If you want to test drive this using the coffee shop example above, please find the base image, mask, and shading image at the links below. Upload these images to AEM Assets to select them in your block’s authorable fields.
https://blogs.perficient.com/files/coffee-shop-shading.png
https://blogs.perficient.com/files/coffee-shop-mask.png
https://blogs.perficient.com/files/coffee-shop.png
With all 3 images authored, you can publish the page and see your changes in action.
Closing Thoughts
As you can see, EDS blocks can be as specific as you need them to be. All the block and utility code is contained in JavaScript and CSS. Authoring fields are easily enabled in component-models.json.
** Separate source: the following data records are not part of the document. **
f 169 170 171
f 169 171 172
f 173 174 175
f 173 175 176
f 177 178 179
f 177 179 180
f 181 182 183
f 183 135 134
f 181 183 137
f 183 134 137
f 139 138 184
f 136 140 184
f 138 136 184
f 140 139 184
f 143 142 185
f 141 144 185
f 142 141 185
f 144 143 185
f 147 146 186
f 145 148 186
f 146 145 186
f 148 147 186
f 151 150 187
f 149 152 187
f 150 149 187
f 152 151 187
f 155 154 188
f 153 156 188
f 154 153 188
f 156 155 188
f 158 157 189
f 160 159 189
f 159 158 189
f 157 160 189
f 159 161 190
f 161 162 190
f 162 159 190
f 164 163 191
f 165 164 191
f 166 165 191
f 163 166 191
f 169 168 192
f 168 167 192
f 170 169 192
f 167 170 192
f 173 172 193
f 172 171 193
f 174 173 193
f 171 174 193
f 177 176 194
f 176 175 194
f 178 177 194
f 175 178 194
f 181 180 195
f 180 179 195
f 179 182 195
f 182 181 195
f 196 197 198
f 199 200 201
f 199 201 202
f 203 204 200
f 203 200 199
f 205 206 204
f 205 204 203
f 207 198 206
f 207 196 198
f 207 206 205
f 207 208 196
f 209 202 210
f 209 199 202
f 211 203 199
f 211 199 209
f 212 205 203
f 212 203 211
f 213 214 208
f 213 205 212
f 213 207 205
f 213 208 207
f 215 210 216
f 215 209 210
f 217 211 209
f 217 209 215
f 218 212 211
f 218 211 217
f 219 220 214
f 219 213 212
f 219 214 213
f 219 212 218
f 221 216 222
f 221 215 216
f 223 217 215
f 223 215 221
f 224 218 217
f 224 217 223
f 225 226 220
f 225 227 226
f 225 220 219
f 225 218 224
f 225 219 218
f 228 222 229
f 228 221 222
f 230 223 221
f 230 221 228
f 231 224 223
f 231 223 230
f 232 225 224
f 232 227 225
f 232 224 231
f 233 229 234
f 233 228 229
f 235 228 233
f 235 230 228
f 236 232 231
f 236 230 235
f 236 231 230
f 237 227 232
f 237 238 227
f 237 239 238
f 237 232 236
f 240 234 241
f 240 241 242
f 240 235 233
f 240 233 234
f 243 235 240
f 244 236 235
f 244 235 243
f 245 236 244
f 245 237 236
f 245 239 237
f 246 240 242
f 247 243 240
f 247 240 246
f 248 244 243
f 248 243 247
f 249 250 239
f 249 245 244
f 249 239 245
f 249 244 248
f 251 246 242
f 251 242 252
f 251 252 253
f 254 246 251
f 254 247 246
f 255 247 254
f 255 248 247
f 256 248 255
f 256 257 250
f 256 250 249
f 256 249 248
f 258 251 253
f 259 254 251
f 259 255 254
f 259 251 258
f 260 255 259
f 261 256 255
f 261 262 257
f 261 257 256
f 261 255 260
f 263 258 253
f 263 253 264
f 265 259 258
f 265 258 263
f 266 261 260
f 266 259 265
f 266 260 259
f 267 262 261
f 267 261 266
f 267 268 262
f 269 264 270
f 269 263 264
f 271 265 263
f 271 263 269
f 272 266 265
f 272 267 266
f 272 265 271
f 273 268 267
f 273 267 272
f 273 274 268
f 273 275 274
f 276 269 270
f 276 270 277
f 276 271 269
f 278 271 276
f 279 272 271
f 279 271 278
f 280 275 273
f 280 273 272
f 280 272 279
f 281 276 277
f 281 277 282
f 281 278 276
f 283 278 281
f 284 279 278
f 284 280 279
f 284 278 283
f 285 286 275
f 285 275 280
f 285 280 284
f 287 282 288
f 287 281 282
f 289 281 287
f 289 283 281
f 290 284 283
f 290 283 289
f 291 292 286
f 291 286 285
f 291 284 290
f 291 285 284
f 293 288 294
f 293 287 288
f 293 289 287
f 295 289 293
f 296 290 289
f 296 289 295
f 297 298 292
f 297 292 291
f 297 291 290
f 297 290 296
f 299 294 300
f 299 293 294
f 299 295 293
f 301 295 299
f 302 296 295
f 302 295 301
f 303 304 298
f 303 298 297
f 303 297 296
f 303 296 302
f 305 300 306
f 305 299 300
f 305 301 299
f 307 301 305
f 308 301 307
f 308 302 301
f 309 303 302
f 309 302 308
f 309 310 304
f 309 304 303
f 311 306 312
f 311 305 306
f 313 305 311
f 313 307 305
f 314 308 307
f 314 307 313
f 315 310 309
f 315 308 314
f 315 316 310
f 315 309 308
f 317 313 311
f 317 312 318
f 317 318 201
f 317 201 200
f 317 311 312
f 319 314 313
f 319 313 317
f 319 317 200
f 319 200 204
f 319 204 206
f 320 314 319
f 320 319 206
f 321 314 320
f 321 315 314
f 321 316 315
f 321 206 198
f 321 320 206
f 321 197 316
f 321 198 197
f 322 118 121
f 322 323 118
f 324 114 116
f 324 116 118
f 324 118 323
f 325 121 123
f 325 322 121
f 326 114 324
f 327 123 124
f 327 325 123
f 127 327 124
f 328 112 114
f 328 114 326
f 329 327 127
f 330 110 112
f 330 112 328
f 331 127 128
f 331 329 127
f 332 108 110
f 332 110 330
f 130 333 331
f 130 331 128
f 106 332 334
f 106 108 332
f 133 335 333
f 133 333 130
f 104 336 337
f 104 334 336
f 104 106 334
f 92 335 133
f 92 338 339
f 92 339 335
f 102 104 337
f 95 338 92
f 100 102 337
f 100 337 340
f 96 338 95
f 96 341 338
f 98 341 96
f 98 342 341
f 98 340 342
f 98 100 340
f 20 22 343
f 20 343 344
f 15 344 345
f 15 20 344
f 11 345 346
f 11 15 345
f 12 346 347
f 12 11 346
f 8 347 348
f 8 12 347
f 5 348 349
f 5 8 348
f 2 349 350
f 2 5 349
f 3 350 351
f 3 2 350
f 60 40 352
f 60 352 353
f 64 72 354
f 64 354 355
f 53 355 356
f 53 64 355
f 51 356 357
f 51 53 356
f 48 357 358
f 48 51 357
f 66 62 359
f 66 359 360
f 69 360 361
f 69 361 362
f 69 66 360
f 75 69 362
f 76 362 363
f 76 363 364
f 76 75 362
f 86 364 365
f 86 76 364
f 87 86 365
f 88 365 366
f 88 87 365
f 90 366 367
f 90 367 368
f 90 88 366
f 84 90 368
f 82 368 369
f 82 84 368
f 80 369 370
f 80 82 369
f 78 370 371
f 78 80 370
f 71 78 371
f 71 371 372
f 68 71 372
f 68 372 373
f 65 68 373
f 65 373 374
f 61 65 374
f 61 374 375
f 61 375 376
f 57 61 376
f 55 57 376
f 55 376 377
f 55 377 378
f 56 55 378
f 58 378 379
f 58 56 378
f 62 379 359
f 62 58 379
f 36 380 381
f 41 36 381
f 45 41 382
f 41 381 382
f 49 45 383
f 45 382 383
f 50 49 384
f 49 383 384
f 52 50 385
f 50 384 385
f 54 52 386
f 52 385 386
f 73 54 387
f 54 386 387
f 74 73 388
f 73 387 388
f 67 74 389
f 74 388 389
The block is easily enabled for use in pages via component-filters.json. Using just browser APIs, event handlers, and DOM selectors, we built a compelling experience for our fictional paint company. Using just ES6+ modular code, we built a serverless API to provide simple color options. The best part of this is that it’s all delivered at the edge, for an optimally fast application. There are many possibilities for block customization. The speed and flexibility of Edge Delivery Services should be considered for your project.